*PROBLEM DESCRIPTION:*
With the first line as the start and the line containing "v5 (533.4,304.8,3.175)" as the end, write out every line of the records exactly.

--- GIVEN INFORMATION Enclosed Below ---

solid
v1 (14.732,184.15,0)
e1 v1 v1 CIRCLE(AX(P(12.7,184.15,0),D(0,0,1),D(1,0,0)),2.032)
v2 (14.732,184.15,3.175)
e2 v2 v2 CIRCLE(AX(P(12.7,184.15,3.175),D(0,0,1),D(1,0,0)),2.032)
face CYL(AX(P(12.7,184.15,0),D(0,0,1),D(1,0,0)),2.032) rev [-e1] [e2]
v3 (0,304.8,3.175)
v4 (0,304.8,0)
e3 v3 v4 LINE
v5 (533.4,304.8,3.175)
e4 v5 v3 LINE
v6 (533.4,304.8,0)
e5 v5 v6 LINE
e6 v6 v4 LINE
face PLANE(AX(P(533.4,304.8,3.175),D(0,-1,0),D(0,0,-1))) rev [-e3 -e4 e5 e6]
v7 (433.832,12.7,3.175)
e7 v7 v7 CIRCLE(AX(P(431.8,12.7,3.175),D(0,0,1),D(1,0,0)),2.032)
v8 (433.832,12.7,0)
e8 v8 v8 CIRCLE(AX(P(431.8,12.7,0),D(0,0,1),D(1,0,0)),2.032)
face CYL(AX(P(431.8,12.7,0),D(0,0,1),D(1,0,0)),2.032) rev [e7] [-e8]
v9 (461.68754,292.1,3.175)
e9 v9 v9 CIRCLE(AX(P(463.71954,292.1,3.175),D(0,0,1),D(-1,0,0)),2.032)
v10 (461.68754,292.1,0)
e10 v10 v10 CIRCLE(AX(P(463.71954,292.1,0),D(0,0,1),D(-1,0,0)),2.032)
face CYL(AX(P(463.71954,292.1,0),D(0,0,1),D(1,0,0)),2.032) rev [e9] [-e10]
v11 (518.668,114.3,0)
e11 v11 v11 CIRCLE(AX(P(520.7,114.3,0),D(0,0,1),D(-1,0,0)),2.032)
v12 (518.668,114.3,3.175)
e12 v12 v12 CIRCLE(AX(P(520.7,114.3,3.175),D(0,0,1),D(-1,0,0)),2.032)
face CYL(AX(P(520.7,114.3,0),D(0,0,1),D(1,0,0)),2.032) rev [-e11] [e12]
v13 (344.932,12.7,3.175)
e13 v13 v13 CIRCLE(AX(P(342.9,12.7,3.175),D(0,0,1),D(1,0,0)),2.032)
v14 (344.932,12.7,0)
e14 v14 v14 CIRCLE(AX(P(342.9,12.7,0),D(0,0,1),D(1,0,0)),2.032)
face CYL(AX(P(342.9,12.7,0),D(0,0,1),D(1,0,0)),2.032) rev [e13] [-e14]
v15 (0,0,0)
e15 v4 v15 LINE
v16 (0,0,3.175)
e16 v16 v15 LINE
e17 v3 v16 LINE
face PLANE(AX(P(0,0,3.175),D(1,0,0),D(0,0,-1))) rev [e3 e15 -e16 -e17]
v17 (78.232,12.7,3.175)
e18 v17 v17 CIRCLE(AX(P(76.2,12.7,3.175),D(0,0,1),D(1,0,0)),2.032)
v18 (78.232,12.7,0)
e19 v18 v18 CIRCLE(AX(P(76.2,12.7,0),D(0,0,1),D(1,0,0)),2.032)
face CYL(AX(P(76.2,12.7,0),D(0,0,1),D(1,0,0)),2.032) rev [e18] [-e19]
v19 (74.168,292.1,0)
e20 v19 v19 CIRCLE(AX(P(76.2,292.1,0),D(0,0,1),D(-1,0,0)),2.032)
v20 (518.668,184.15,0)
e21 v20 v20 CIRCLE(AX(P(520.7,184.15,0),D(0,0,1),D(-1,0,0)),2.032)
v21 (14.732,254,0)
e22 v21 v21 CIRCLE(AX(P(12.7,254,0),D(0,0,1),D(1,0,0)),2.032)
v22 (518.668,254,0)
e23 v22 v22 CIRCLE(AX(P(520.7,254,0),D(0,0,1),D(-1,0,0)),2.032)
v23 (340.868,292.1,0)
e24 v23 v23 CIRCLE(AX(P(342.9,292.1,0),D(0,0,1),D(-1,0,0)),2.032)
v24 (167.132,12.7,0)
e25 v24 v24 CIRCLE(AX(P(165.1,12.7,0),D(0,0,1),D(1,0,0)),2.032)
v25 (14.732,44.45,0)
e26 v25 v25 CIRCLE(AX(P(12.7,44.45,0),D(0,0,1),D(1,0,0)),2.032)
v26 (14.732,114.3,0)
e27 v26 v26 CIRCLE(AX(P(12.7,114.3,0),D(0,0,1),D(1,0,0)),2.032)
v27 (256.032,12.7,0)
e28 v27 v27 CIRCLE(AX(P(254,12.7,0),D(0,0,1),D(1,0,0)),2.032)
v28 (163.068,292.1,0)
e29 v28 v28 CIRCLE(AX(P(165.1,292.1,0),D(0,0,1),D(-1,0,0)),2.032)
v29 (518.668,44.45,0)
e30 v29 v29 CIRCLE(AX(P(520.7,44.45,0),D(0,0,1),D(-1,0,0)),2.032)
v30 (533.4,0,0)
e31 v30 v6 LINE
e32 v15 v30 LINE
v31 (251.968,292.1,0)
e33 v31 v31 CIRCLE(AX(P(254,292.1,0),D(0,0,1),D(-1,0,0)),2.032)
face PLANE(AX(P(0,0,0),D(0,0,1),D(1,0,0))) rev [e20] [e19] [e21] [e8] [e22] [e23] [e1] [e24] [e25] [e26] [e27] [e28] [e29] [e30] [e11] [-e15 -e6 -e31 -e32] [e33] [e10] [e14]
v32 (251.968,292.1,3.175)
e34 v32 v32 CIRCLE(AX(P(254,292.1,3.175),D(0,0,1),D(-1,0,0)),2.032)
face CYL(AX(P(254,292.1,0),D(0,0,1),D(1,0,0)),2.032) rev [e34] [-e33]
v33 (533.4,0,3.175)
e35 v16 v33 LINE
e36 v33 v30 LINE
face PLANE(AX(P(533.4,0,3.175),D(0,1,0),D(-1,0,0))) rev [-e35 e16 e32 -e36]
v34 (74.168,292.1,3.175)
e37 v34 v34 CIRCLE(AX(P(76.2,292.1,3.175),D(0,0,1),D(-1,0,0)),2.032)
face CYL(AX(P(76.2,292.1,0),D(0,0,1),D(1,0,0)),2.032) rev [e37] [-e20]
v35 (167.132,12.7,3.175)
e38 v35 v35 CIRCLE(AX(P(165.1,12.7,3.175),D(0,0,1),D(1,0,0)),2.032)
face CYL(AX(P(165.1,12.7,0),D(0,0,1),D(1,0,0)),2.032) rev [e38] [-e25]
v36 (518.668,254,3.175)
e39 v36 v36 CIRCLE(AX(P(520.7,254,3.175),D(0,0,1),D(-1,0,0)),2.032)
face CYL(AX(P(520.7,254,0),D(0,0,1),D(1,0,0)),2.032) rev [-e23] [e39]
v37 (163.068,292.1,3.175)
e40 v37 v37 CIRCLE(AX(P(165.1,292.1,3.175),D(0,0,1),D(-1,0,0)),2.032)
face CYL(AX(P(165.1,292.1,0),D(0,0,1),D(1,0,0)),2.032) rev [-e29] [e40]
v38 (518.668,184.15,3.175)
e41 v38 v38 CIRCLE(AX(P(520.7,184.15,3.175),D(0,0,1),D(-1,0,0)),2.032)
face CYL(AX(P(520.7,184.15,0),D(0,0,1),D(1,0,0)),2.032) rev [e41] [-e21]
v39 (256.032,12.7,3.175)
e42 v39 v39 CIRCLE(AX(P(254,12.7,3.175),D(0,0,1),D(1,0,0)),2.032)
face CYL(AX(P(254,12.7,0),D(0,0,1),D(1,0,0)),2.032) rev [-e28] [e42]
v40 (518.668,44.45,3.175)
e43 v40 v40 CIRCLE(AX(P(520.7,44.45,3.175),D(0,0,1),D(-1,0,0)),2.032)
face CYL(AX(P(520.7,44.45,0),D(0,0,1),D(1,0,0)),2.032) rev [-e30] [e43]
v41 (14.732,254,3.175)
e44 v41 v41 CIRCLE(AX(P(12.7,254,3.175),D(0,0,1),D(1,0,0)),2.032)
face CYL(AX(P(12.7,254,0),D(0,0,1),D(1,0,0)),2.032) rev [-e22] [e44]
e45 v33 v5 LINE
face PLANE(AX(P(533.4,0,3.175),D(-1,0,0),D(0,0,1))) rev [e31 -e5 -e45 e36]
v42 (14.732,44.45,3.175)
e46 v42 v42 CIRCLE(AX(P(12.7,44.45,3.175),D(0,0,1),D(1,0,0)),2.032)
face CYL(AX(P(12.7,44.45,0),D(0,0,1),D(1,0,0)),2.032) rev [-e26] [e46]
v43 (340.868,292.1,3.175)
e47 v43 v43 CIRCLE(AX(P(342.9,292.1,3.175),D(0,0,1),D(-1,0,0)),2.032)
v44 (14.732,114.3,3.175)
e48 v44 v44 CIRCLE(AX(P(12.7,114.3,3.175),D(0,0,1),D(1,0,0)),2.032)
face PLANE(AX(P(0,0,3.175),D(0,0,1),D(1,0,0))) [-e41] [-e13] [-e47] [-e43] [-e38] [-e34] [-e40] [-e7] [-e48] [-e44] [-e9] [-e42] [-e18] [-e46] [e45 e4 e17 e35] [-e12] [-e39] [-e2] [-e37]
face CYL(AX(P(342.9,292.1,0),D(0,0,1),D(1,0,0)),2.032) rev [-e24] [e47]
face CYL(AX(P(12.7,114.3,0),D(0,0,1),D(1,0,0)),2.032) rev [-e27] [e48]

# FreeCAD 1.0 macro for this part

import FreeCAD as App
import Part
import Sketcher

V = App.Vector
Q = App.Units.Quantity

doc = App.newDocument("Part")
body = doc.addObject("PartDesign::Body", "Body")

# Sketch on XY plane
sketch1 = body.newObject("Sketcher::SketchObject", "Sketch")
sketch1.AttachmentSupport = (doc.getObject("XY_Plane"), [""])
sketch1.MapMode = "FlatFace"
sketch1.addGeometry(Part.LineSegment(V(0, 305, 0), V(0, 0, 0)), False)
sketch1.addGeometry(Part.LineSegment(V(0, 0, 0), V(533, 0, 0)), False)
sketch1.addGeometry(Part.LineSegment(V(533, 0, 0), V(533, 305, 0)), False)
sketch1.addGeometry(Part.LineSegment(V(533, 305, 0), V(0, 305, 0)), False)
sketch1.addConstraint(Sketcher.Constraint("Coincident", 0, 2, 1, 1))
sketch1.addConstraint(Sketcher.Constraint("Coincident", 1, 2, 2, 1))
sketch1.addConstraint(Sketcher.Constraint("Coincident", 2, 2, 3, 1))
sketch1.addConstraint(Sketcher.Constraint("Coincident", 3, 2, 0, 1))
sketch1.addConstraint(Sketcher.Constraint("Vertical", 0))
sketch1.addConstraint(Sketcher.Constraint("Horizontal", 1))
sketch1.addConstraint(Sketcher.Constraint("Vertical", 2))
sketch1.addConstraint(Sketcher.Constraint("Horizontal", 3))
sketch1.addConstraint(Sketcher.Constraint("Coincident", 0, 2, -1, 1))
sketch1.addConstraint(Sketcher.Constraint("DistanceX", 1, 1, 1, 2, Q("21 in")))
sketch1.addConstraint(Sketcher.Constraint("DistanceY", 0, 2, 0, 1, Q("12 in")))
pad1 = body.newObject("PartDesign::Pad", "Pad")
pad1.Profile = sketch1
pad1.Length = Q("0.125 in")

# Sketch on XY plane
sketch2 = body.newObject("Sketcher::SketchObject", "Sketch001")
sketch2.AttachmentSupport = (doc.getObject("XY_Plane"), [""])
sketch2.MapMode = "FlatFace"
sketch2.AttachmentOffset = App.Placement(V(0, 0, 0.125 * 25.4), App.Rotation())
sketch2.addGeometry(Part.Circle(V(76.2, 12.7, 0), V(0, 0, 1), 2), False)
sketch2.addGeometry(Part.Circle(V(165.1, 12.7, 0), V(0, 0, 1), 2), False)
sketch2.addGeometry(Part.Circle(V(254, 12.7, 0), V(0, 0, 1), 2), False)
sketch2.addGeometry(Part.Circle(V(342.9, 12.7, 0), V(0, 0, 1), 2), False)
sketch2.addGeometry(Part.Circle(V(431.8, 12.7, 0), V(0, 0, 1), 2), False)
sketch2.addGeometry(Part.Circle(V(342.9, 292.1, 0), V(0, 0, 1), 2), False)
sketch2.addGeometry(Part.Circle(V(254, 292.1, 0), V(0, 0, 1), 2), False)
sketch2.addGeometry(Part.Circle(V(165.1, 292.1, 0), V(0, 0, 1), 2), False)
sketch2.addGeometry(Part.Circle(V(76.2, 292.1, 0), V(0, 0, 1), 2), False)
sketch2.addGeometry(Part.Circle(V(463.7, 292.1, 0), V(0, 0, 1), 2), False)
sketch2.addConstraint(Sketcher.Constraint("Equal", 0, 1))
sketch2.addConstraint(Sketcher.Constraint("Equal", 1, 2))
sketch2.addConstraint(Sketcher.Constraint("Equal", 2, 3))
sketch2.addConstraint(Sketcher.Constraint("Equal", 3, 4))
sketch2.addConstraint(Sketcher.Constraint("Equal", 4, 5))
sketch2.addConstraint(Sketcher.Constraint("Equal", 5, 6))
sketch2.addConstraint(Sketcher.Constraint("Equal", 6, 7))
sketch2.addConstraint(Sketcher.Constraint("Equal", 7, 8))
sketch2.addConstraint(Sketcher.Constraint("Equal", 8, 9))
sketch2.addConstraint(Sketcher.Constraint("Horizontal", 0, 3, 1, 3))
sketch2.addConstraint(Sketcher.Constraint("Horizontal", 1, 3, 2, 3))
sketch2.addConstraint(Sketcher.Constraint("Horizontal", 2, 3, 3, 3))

--- End of Enclosed GIVEN INFORMATION ---

*RESULT OF THIS EXERCISE:*
solid
v1 (14.732,184.15,0)
e1 v1 v1 CIRCLE(AX(P(12.7,184.15,0),D(0,0,1),D(1,0,0)),2.032)
v2 (14.732,184.15,3.175)
e2 v2 v2 CIRCLE(AX(P(12.7,184.15,3.175),D(0,0,1),D(1,0,0)),2.032)
face CYL(AX(P(12.7,184.15,0),D(0,0,1),D(1,0,0)),2.032) rev [-e1] [e2]
v3 (0,304.8,3.175)
v4 (0,304.8,0)
e3 v3 v4 LINE
v5 (533.4,304.8,3.175)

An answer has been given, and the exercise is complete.